La dissolution de l’URSS à la fin des années 1990 a mis fin à l’uniformité de l’espace défensif russe et ses forces nucléaires, systèmes de défense aérienne, son complexe militaro-industriel. En proie à un difficile maintient de son statut de grande puissance, la fédération de Russie a essayé de conserver sa domination sur l’espace post soviétique par divers moyens et avant tout par des moyens militaires et politiques.

La perte des frontières géopolitiques de l’ex-URSS combinée à l’inéfficacité de la Communauté des Etats Indépendants (CEI) a conduit la Russie à s’orienter vers la constitution d’organisations intra régionales comme l’Organisation du Traité de Sécurité Collective (OTSC)., l’Organisation de la Coopération de Shanghai (OCS) ou l’Espace Economique Commun (EEU).

La Russie semblait ne pas prendre en compte les changements intervenus au sein de la CEI ces dernières années.
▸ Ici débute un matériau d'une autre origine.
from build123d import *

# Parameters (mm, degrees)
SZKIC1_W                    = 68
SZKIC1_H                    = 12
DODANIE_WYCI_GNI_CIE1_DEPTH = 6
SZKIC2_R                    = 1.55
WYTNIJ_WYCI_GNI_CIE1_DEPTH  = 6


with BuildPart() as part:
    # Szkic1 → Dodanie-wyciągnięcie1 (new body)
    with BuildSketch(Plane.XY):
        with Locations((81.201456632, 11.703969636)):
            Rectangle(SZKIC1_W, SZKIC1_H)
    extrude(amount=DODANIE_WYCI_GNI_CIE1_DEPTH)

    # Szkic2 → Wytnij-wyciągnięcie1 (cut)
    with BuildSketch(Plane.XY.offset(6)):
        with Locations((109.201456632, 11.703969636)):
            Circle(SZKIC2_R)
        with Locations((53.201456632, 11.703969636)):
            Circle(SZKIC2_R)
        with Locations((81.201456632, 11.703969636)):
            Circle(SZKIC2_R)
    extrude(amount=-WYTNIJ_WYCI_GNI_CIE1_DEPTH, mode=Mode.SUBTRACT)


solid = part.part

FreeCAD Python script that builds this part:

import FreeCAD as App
import Part
import Sketcher

V = App.Vector
Q = App.Units.Quantity

doc = App.newDocument("Part")
body = doc.addObject("PartDesign::Body", "Body")

sketch1 = body.newObject("Sketcher::SketchObject", "Sketch")
sketch1.AttachmentSupport = (doc.getObject("XY_Plane"), [""])
sketch1.MapMode = "FlatFace"
sketch1.addGeometry([
    Part.LineSegment(V(47, 18, 0), V(47, 6, 0)),
    Part.LineSegment(V(47, 6, 0), V(115, 6, 0)),
    Part.LineSegment(V(115, 6, 0), V(115, 18, 0)),
    Part.LineSegment(V(115, 18, 0), V(47, 18, 0)),
], False)
sketch1.addConstraint([
    Sketcher.Constraint("Coincident", 0, 2, 1, 1),
    Sketcher.Constraint("Coincident", 1, 2, 2, 1),
    Sketcher.Constraint("Coincident", 2, 2, 3, 1),
    Sketcher.Constraint("Coincident", 3, 2, 0, 1),
    Sketcher.Constraint("Vertical", 0),
    Sketcher.Constraint("Horizontal", 1),
    Sketcher.Constraint("Vertical", 2),
    Sketcher.Constraint("Horizontal", 3),
    Sketcher.Constraint("DistanceX", 1, 1, 1, 2, Q("68 mm")),
    Sketcher.Constraint("DistanceY", 0, 2, 0, 1, Q("12 mm")),
    Sketcher.Constraint("DistanceY", -1, 1, 0, 2, Q("5.70397 mm")),
    Sketcher.Constraint("DistanceX", -1, 1, 0, 2, Q("47.201457 mm")),
])
pad1 = body.newObject("PartDesign::Pad", "Pad")
pad1.Profile = sketch1
pad1.Length = 6

sketch2 = body.newObject("Sketcher::SketchObject", "Sketch001")
sketch2.AttachmentSupport = (doc.getObject("XY_Plane"), [""])
sketch2.MapMode = "FlatFace"
sketch2.AttachmentOffset = App.Placement(V(0, 0, 6), App.Rotation())
sketch2.addGeometry([
    Part.Circle(V(109.2, 11.7, 0), V(0, 0, 1), 1.6),
    Part.Circle(V(53.2, 11.7, 0), V(0, 0, 1), 1.6),
    Part.Circle(V(81.2, 11.7, 0), V(0, 0, 1), 1.6),
], False)
sketch2.addConstraint([
    Sketcher.Constraint("Equal", 0, 1),
    Sketcher.Constraint("Equal", 1, 2),
    Sketcher.Constraint("Horizontal", 0, 3, 1, 3),
    Sketcher.Constraint("Horizontal", 1, 3, 2, 3),
    Sketcher.Constraint("Diameter", 0, Q("3.1 mm")),
    Sketcher.Constraint("DistanceX", 1, 3, 0, 3, Q("56 mm")),
    Sketcher.Constraint("DistanceX", 2, 3, 0, 3, Q("28 mm")),
    Sketcher.Constraint("DistanceY", -1, 1, 0, 3, Q("11.70397 mm")),
    Sketcher.Constraint("DistanceX", -1, 1, 0, 3, Q("109.201457 mm")),
])
pocket1 = body.newObject("PartDesign::Pocket", "Pocket")
pocket1.Profile = sketch2
pocket1.Length = 6

doc.recompute()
C’est seulement après les révolutions orange (en Géorgie en 2003 et en Ukraine en 2004) que le Kremlin s’est rendu compte du nécessaire remodelage du système de sécurité régional de l’ex-URSS.

La coopération politico-militaire au sein de la CEI

Après la chute de l’Union Soviétique, la Russie a réussi (avec l’aide des Etats-Unis) à garder le contrôle des forces nucléaires restant sur les territoires de la Biélorussie , de l’Ukraine et du Kazakhstan. L’étape suivante fut la création d’une structure régionale de sécurité au sein de la CEI.

En mai 1992, un traité de sécurité collective fut signé (ce traité est également connu sous le nom de Traité de Tachkent) avec pour parties prenantes la Russie , l’Azerbaïdjan, la Biélorussie , la Géorgie , le Kazakhstan, le Kirghizstan, le Tadjikistan et l’Ouzbékistan. Les seuls pays à refuser ce traité furent la Moldavie , le Turkménistan et l’Ukraine. Le traité de Tachkent était un mélange d’alliances militaires classiques prévenant l’agression de l’un des membres signataires et de systèmes collectifs de sécurité (le traité autorisait ses membres à intervenir pour résoudre les conflits potentiels dans les pays d’ex-URSS).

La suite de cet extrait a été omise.